Lost node, now cannot re-add it

rugby

Member
Oct 24, 2009
138
0
16
I've followed the steps in the wiki and ensured my switch has multi-cast enabled but cannot add my replaced node back into my cluster. I get hung up at "Waiting for Quorum" Here's the output from new replacement node:

root@proxmox03:~# pvecm add X.X.X.X
The authenticity of host 'X.X.X.X (X.X.X.X)' can't be established.
RSA key fingerprint is 7d:35:d2:e1:f1:d4:24:51:92:97:7e:7e:b4:66:57:38.
Are you sure you want to continue connecting (yes/no)? yes
root@X.X.X.X's password:
copy corosync auth key
stopping pve-cluster service
Stopping pve cluster filesystem: pve-cluster.
backup old database
Starting pve cluster filesystem : pve-cluster.
Starting cluster:
Checking if cluster has been disabled at boot... [ OK ]
Checking Network Manager... [ OK ]
Global setup... [ OK ]
Loading kernel modules... [ OK ]
Mounting configfs... [ OK ]
Starting cman... [ OK ]
Waiting for quorum... Timed-out waiting for cluster
[FAILED]
waiting for quorum...

Here's the output on one of the cluster members:


root@proxmox01:~# pvecm nodes
Node Sts Inc Joined Name
1 M 516 2013-11-16 08:37:47 proxmox01
2 M 564 2013-12-23 12:35:59 proxmox02
3 X 0 proxmox03
4 M 564 2013-12-23 12:35:59 proxmox04

Ideas?
 
I've followed the steps in the wiki and ensured my switch has multi-cast enabled but cannot add my replaced node back into my cluster. I get hung up at "Waiting for Quorum" Here's the output from new replacement node:
...
Ideas?

try

#clustat

and see if "Member Status: Quorate" is there.

otherwise, try

#pvecm e 1

to temporarily put cluster quorate manually.

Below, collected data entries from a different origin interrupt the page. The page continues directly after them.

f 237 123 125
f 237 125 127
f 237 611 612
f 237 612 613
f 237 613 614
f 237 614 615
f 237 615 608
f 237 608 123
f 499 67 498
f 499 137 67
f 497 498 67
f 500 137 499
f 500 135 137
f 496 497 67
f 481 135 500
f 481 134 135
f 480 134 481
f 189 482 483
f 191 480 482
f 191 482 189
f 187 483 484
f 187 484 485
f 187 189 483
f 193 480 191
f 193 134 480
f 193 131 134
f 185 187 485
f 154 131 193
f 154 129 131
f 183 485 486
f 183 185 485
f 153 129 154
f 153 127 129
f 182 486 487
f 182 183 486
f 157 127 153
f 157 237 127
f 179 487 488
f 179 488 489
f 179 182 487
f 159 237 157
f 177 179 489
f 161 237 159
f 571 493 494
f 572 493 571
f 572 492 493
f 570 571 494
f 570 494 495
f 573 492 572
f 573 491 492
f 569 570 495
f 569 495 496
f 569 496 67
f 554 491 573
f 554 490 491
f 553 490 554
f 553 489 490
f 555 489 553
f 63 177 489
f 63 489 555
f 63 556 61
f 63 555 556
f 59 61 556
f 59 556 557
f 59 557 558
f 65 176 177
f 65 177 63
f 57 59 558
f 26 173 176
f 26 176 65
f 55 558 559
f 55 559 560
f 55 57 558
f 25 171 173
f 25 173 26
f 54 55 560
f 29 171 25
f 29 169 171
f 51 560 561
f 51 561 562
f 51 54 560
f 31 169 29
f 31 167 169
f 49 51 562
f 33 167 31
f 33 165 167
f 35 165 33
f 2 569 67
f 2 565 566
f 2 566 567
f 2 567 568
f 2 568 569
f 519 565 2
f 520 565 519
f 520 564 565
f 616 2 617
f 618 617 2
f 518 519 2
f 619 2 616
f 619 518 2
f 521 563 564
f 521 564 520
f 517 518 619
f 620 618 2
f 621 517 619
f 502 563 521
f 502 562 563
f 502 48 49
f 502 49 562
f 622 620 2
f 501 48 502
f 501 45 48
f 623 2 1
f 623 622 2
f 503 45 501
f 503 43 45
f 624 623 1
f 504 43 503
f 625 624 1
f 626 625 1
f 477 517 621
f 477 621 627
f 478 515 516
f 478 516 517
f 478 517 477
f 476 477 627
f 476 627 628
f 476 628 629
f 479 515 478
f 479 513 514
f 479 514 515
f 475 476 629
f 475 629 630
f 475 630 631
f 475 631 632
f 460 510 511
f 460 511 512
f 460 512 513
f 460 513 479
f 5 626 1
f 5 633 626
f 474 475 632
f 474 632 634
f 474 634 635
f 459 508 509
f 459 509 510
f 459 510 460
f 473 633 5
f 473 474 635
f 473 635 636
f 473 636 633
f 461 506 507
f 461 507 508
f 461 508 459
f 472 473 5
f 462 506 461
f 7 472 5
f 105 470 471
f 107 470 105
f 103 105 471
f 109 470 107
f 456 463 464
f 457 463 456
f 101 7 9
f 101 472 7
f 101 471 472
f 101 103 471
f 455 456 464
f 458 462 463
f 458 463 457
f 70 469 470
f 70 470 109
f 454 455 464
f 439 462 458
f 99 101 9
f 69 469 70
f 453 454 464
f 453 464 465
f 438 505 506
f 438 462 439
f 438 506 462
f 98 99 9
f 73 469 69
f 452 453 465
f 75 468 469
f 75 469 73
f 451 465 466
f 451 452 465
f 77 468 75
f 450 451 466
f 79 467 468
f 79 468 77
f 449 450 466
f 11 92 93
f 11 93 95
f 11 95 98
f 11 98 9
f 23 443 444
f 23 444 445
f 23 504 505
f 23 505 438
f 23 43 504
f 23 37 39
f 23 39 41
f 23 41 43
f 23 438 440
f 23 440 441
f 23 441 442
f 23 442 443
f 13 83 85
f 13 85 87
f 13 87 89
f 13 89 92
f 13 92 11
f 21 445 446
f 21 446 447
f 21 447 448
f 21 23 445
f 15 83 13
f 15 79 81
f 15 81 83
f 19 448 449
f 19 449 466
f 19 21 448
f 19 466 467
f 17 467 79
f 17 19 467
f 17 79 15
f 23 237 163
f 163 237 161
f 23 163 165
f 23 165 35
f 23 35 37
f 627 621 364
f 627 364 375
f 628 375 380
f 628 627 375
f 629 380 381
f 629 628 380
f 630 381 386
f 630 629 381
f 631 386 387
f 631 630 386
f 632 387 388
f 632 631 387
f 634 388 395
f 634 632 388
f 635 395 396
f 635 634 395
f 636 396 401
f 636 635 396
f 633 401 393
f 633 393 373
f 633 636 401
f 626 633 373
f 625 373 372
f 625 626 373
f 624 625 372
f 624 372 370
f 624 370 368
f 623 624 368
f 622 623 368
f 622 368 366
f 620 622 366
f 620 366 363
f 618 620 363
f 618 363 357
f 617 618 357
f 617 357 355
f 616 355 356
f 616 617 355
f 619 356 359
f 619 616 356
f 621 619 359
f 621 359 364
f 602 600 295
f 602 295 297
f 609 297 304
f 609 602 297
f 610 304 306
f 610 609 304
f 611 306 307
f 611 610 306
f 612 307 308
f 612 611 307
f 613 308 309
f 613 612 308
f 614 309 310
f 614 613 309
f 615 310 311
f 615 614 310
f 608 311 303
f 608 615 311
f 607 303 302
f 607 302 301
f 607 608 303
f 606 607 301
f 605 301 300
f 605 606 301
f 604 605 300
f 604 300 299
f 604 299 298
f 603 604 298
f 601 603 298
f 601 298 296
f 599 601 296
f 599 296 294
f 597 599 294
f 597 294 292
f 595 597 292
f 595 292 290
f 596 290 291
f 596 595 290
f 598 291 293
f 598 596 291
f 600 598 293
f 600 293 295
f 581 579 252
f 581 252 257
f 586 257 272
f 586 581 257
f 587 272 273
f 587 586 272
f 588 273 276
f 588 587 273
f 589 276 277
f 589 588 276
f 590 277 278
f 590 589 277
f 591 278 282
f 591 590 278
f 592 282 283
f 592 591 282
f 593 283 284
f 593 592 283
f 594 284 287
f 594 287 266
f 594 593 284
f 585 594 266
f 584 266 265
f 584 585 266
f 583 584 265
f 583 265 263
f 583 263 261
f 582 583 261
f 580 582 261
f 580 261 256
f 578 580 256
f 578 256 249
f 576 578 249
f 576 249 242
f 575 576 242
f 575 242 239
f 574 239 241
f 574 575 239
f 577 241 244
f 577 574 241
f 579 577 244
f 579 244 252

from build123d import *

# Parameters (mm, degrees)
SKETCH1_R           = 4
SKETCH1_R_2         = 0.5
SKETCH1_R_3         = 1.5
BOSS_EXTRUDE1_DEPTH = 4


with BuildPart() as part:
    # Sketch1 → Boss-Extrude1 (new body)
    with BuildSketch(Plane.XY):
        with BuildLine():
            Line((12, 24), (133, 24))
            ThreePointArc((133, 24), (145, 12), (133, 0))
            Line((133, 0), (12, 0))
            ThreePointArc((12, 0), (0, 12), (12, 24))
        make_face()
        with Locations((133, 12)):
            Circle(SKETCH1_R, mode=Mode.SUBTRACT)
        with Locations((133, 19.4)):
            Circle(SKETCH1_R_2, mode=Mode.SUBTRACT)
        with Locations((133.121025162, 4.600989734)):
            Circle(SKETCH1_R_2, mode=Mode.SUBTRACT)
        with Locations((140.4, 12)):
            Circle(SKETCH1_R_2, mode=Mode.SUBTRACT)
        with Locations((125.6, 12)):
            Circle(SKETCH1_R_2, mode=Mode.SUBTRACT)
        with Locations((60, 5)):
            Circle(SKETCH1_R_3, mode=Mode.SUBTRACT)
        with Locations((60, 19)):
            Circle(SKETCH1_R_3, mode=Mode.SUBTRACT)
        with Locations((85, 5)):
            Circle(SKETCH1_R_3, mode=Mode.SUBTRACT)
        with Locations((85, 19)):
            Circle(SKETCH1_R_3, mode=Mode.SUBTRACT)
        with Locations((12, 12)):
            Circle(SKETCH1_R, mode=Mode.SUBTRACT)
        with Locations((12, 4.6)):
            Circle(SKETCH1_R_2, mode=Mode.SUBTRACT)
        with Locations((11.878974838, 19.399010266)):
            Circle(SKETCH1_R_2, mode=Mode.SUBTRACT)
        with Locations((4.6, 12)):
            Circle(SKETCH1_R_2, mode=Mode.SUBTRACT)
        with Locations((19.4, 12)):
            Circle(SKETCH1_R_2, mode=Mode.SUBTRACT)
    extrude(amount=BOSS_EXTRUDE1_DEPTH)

then you should be able to join new node and quorum should be reset automatically

Marco
 
try

#clustat

and see if "Member Status: Quorate" is there.

otherwise, try

#pvecm e 1

to temporarily put cluster quorate manually.

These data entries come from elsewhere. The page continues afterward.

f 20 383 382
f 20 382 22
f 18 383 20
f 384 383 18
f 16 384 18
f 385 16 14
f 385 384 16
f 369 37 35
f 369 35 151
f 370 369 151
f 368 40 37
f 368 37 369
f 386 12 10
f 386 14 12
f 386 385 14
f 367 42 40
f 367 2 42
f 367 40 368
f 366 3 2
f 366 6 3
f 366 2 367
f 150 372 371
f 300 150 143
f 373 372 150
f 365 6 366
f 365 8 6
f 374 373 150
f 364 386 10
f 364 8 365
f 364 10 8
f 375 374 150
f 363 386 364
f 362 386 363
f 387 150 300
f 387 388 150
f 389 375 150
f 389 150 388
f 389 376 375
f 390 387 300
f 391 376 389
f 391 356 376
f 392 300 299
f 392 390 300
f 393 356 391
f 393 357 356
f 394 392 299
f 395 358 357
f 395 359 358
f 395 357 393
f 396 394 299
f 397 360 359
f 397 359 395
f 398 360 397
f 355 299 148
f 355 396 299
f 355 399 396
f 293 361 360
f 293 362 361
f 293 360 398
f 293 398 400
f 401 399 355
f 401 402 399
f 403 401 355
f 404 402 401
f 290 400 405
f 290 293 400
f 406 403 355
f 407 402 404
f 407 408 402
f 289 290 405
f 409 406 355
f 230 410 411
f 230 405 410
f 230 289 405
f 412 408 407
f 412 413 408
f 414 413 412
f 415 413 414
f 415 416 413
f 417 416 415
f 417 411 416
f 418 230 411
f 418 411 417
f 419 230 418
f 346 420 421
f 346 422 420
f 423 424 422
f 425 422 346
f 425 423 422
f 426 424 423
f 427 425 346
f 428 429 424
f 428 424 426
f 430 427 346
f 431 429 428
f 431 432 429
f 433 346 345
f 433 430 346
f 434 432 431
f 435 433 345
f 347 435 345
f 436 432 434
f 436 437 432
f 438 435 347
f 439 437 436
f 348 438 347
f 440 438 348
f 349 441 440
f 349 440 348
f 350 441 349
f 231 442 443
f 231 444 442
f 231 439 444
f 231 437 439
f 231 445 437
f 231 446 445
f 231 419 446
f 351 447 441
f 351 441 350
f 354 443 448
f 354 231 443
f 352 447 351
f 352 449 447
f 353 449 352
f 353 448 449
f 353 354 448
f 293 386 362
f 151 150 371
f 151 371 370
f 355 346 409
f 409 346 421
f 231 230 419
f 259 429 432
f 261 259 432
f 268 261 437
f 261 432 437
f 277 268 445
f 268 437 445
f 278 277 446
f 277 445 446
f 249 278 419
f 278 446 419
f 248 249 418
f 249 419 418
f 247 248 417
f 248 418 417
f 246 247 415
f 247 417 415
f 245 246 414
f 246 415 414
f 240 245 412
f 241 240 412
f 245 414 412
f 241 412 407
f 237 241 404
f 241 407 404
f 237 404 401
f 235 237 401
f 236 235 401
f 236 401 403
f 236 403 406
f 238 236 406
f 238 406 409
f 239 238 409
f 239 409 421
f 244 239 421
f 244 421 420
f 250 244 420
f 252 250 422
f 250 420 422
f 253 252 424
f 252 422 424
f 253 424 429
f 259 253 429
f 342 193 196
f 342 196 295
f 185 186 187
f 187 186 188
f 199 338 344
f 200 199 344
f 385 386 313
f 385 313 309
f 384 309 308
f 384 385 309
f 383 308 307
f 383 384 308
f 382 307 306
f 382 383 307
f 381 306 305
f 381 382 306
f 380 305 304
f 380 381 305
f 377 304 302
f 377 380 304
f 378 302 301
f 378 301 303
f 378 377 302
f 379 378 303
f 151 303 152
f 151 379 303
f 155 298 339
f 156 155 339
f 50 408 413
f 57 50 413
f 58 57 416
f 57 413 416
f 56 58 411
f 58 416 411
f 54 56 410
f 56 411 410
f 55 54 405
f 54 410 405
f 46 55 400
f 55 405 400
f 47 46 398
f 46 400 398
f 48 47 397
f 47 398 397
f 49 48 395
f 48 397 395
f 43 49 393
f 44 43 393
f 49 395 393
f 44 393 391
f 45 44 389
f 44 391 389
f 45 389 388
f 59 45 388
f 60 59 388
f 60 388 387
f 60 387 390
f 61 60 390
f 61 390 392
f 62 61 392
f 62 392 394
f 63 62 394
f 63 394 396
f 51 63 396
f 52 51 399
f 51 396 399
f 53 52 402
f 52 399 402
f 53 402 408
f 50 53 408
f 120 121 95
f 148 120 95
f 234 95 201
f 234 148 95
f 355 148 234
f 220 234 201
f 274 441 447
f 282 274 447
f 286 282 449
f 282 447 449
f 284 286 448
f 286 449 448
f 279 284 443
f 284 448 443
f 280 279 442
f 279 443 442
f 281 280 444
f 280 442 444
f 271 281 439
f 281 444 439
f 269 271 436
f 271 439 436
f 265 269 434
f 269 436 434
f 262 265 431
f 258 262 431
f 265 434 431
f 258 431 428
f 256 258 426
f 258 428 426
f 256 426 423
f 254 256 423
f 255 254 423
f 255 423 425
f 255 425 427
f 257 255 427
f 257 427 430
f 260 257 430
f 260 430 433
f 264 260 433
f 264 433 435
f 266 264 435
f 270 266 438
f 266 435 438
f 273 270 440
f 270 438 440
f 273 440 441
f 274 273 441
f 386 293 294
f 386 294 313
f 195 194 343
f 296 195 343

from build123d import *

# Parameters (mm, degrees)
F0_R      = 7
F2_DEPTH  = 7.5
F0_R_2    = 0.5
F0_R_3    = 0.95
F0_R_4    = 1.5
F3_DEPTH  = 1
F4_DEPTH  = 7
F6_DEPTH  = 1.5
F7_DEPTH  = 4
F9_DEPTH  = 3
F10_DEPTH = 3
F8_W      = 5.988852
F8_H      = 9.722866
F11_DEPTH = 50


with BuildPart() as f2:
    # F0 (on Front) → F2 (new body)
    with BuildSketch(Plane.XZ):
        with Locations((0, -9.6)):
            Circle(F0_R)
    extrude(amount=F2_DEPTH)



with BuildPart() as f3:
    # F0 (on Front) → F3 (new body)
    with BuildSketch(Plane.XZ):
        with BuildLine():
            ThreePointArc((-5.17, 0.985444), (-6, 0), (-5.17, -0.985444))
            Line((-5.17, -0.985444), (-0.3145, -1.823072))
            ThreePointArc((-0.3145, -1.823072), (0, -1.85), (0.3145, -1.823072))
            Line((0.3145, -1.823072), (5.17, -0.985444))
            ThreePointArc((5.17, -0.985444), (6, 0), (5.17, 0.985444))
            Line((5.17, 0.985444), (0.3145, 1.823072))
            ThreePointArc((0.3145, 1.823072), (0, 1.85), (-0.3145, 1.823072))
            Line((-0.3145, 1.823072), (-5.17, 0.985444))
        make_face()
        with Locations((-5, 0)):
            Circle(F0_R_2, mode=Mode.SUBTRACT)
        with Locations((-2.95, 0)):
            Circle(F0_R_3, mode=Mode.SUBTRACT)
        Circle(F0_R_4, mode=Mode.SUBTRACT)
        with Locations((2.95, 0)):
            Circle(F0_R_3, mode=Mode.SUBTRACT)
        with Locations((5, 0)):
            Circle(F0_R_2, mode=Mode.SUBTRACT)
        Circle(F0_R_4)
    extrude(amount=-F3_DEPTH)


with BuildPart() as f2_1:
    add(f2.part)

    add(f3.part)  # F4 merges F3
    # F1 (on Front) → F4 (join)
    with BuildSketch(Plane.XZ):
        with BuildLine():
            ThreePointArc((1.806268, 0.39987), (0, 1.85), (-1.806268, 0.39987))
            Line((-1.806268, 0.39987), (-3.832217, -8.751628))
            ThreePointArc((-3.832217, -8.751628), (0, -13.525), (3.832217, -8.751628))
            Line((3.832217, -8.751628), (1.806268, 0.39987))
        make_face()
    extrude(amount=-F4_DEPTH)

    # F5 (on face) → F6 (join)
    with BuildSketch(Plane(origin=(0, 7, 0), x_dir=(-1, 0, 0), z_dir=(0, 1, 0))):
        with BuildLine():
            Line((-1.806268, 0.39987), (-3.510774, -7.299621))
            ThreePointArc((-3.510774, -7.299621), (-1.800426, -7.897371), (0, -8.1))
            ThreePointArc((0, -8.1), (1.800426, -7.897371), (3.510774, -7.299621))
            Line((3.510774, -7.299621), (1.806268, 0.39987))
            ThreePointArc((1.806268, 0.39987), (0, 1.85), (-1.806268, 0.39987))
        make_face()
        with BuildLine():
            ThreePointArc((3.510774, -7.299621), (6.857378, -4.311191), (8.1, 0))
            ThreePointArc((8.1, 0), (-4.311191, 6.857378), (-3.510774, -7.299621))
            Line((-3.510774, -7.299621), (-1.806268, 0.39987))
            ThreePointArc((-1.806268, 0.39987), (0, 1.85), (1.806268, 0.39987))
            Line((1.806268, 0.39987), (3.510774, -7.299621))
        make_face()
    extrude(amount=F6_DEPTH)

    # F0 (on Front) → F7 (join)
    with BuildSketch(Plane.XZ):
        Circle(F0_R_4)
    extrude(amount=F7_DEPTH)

then you should be able to join new node and quorum should be reset automatically

Marco


root@proxmox03:~# clustat
Cluster Status for Clusterfish @ Mon Dec 30 10:53:22 2013
Member Status: Inquorate

ran pvecm e 1 and it changed to:


root@proxmox03:~# clustat
Cluster Status for Clusterfish @ Mon Dec 30 10:57:13 2013
Member Status: Quorate


Member Name ID Status
------ ---- ---- ------
proxmox01 1 Offline
proxmox02 2 Offline
proxmox03 3 Online, Local
proxmox04 4 Offline

but it doesn't join and when I try it again it says "authentication key already exists."
 
Ok, new development. I restarted Proxmox04 and now it sees Proxmox03 but not 02 or 01.

root@proxmox04:~# clustat
Cluster Status for Clusterfish @ Mon Dec 30 11:14:17 2013
Member Status: Inquorate


Member Name ID Status
------ ---- ---- ------
proxmox01 1 Offline
proxmox02 2 Offline
proxmox03 3 Online
proxmox04 4 Online, Local


root@proxmox04:~#

Looks like restarting the other 2 nodes should bring it all back together.

**I rebooted the other 2 nodes and all 4 show up now. I think somewhere along the line somebody here had updated some hosts and caused a problem.